The literature assumes (Block et al., 2018; Hornuf & Schwienbacher, 2018) and explores (Cholakova & Clarysse, 2015; Estrin et al., 2018; Zhang et al., 2017) the utilitarian investment motivation of equity crowdfunders. In other words, it argues that crowdfunders invest to obtain high financial returns and to diversify their portfolio of investments. However, such motivation seems “irrational” when considering the performance investors have enjoyed so far: a very minor fraction of firms that raised funds via equity crowdfunding went public or paid investors back via buybacks or sale to BA/VC, e.g. only 3% of all UK equity crowdfunded firms (Beauhurst, 2020). However, this does not imply that the largest majority of firms fail, since only 15–20% of them eventually entered the liquidation stage, causing crowdfunders to lose their investment. In fact, insufficient information exists regarding the vast majority of firms that finance their activities via equity crowdfunding, as it remains uncertain how many of them continue to successfully operate without financially compensating their investors, versus how many are “living dead/empty shells” (Beauhurst, 2020; Cumming et al., 2021a, 2021b; Eldridge et al., 2021; Hornuf et al., 2018; Signori & Vismara, 2018; Walthoff-Borm et al., 2018). All in all, evidence suggests that there might be additional nuances to the crowd’s investment decision (Katzenmeier et al., 2019; Lukkarinen, 2019) aside a pure financial motivation. Thus, past research proposed alternatives: Goethner et al. (2021) classifies investors according to their approach and investment strategies (Casual Investors, Crowd Enthusiasts, and Sophisticated Investors) and Feola et al. (2019) claim that investors are more heterogeneous than we think and assign diverse levels of importance to investment drivers. However, little is known about investment motivations of equity crowdfunders (Mochkabadi & Volkmann, 2020), and no framework has been proposed to describe investors’ decision process. The aim of this paper is therefore to develop a framework which explains the dynamics between equity crowdfunding motives, behaviours during and after the campaign, and challenges investors face to materialize motives.

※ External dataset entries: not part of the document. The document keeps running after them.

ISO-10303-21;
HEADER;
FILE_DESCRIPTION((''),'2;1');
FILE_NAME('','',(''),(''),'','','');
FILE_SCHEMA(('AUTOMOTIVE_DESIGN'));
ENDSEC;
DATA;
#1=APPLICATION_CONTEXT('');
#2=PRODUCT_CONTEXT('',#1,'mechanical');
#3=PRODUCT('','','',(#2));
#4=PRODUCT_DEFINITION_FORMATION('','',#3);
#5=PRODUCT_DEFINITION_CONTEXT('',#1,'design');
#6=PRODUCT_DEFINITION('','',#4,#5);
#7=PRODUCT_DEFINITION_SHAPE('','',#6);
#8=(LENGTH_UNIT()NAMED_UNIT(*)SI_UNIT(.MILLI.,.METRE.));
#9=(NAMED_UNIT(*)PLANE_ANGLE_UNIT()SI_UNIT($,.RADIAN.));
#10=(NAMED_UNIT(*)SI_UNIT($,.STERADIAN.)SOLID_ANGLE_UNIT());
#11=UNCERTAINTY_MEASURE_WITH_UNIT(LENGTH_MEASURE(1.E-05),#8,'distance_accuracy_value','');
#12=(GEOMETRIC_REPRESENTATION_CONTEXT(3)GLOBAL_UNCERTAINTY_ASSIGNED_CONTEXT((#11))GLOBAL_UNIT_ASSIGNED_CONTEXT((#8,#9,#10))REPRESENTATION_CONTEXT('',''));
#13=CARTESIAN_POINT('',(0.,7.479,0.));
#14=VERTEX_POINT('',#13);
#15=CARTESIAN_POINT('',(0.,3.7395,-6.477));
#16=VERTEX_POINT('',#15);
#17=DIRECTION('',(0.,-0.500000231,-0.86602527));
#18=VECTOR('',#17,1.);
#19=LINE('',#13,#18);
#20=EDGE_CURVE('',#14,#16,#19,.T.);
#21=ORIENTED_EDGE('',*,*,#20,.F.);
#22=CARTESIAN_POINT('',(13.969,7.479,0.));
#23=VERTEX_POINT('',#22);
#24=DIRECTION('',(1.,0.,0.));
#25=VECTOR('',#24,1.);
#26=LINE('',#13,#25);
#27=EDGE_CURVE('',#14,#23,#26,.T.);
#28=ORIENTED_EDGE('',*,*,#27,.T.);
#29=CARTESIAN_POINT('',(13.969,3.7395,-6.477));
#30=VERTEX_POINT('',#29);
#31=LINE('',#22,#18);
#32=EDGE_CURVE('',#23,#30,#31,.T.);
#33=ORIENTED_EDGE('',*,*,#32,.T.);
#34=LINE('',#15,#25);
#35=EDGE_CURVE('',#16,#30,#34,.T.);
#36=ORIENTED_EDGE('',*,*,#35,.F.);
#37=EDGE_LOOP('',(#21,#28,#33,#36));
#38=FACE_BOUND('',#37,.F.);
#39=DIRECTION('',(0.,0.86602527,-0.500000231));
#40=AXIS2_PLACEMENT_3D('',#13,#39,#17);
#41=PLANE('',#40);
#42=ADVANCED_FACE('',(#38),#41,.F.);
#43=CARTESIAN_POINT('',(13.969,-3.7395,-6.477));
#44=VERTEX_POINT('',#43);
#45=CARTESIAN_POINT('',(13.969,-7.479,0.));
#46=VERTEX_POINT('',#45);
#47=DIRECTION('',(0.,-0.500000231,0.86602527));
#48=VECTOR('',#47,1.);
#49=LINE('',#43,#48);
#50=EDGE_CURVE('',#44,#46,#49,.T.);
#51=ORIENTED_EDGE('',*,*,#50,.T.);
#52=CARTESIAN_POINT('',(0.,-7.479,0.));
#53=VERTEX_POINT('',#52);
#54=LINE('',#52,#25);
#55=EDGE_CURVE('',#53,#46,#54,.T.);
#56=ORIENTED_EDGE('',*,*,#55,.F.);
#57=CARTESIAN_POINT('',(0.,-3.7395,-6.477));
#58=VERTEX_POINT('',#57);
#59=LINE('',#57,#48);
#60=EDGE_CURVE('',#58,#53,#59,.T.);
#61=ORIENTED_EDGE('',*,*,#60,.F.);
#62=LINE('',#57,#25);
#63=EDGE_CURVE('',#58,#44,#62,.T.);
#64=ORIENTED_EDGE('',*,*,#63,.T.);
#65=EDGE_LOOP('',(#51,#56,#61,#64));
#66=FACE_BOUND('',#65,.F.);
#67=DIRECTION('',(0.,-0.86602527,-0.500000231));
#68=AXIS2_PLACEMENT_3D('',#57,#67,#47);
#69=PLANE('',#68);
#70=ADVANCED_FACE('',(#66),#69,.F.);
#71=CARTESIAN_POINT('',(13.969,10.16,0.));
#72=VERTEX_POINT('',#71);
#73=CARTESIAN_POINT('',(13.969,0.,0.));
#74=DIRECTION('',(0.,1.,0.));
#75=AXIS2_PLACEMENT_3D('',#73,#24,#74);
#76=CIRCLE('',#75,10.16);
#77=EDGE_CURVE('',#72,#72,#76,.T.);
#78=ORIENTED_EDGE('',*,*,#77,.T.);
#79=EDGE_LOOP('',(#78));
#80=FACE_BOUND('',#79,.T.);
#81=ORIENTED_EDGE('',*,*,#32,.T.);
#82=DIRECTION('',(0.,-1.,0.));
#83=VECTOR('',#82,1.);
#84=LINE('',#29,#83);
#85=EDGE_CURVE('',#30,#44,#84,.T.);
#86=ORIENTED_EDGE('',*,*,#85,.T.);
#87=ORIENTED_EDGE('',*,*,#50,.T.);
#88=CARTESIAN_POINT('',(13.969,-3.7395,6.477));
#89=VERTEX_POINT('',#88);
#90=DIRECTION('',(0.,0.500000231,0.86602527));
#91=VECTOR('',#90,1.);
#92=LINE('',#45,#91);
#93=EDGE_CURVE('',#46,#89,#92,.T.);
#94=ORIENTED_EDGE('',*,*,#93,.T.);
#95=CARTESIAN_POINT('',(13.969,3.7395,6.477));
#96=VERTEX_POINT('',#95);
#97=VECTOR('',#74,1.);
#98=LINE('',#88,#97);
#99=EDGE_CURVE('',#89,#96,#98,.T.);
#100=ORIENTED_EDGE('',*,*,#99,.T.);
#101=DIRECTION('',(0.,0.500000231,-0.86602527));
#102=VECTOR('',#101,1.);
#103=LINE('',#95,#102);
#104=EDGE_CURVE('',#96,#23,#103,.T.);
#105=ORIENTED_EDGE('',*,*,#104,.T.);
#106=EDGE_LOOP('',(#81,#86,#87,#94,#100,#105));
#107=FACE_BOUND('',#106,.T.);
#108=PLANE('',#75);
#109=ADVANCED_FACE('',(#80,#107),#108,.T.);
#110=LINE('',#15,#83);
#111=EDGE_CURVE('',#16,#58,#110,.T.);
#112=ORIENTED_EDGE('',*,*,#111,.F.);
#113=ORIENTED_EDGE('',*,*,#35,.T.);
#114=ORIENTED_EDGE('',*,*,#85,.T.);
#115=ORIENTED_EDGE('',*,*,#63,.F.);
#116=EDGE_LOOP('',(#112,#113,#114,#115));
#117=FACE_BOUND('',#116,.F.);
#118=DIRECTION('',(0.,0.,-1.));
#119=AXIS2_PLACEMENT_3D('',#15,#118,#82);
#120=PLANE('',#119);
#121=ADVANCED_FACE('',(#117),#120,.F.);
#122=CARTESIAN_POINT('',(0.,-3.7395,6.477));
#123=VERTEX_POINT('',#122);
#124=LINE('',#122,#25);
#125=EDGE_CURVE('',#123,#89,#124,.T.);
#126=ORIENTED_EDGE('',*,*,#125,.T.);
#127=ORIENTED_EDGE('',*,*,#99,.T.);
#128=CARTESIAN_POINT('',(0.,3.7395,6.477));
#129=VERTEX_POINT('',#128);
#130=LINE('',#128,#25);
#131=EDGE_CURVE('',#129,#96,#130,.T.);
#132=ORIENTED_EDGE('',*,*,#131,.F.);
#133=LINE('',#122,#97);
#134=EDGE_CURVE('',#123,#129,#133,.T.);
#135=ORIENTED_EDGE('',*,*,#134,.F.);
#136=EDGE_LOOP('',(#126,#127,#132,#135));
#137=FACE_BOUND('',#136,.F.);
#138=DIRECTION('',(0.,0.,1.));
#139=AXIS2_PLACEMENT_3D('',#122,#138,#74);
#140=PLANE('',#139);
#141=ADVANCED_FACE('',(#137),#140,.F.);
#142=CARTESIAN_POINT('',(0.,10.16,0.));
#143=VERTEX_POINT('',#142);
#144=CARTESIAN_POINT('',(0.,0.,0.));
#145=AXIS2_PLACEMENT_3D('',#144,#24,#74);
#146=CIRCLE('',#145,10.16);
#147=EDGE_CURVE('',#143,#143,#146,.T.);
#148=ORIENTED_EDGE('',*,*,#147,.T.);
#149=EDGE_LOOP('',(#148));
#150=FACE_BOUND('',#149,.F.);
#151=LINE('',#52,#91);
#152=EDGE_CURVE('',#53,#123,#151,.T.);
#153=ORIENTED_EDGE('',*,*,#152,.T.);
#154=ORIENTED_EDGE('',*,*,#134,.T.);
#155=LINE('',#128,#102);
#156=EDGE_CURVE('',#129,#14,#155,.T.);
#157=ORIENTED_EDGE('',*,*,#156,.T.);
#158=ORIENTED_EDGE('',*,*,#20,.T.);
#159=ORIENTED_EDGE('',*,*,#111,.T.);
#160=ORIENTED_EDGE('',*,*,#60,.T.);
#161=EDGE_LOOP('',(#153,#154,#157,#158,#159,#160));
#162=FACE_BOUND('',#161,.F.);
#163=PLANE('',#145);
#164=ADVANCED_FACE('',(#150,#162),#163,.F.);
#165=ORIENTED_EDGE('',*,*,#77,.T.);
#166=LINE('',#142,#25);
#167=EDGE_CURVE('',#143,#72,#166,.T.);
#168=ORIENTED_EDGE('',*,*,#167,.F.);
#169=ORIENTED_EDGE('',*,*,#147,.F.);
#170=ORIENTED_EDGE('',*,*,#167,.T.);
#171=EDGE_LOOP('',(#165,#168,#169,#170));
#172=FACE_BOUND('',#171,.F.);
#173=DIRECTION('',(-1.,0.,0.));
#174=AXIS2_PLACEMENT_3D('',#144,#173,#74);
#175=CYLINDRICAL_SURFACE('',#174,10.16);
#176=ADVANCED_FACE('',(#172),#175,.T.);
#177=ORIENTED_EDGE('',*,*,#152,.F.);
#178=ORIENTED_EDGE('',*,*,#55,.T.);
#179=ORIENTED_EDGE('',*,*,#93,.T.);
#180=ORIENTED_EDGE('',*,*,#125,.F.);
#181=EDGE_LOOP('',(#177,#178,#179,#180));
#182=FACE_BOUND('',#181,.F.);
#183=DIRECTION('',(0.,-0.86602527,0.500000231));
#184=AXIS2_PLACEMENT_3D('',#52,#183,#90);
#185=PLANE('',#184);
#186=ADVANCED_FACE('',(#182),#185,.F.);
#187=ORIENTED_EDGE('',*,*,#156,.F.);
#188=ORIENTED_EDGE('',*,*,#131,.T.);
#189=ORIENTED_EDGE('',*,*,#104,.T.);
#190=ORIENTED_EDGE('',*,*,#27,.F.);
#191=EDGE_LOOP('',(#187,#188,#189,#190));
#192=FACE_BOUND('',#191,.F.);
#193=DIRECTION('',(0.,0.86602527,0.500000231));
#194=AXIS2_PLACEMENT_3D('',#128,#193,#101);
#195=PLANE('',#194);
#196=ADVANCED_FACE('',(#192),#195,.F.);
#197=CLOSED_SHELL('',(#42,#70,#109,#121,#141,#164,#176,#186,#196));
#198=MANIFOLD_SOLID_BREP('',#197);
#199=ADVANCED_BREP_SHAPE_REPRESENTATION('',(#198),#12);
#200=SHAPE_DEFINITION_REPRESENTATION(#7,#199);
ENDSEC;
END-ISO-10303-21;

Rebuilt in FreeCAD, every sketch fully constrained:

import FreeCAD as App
import Part
import Sketcher
from FreeCAD import Vector
Q = App.Units.Quantity


def add_polygon(sketch, points):
    """Adds a closed chain of lines whose ends are joined by coincident constraints."""
    first, n = sketch.GeometryCount, len(points)
    for a, b in zip(points, points[1:] + points[:1]):
        sketch.addGeometry(Part.LineSegment(App.Vector(*a, 0), App.Vector(*b, 0)), False)
    for i in range(n):
        sketch.addConstraint(Sketcher.Constraint("Coincident", first + i, 2, first + (i + 1) % n, 1))

doc = App.newDocument("Part")
body = doc.addObject("PartDesign::Body", "Body")

# Sketch on YZ plane
sketch1 = body.newObject("Sketcher::SketchObject", "Sketch")
sketch1.AttachmentSupport = (doc.getObject("YZ_Plane"), [""])
sketch1.MapMode = "FlatFace"
sketch1.addGeometry(Part.Circle(Vector(0, 0, 0), Vector(0, 0, 1), 10.16), False)  # 0
add_polygon(sketch1, [(7.479, 0), (3.7395, -6.477), (-3.7395, -6.477), (-7.479, 0), (-3.7395, 6.477), (3.7395, 6.477)])  # lines 1-6
sketch1.addConstraint(Sketcher.Constraint("Horizontal", 2))
sketch1.addConstraint(Sketcher.Constraint("Horizontal", 5))
sketch1.addConstraint(Sketcher.Constraint("Coincident", 0, 3, -1, 1))
sketch1.addConstraint(Sketcher.Constraint("Symmetric", 1, 2, 4, 2, -1, 1))
sketch1.addConstraint(Sketcher.Constraint("Symmetric", 3, 2, 6, 2, -1, 1))
sketch1.addConstraint(Sketcher.Constraint("PointOnObject", 3, 2, -1))
sketch1.addConstraint(Sketcher.Constraint("Parallel", 3, 6))
sketch1.addConstraint(Sketcher.Constraint("Vertical", 2, 2, 4, 2))
sketch1.addConstraint(Sketcher.Constraint("Diameter", 0, Q("0.8 in")))
sketch1.addConstraint(Sketcher.Constraint("DistanceY", 2, 2, 4, 2, Q("0.51 in")))
sketch1.addConstraint(Sketcher.Constraint("Angle", 1, Q("-120 deg")))
sketch1.addConstraint(Sketcher.Constraint("DistanceX", 2, 2, 2, 1, 7.479))
pad1 = body.newObject("PartDesign::Pad", "Pad")
pad1.Profile = sketch1
pad1.Length = 13.969

doc.recompute()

We build our analysis on behavioural finance: “finance with normal people in it, people like you and me” (Statman, 2014), which assumes that investors are not pure rational actors, but are influenced by cognitive errors (i.e. hindsight, overconfidence) and misleading emotions (i.e. thrill, fear). In fact, behavioural finance places fundamental importance on emotions and their role in determining investments made in the context of imperfect information, by investors who are not considered completely rational (Statman, 2014; Wallmeroth, 2019).

We propose a framework where equity crowdfunders are driven by the search for utilitarian benefits (what does the investment do for me and my wallet?), but also emotional benefits (how does the investment make me feel?) and expressive benefits (what does the investment say about me to others and myself?). Moreover, we suggest that expressive benefits have an additional effect on both utilitarian and emotional investment motives by allowing for their “externalization”. The framework encompasses the entire equity crowdfunder experience, comprising both the campaign and post-campaign stages leading up to the exit, if any. We appraise which types of investment motives can be fulfilled at different stages of the investment experience, and the challenges that investors may encounter.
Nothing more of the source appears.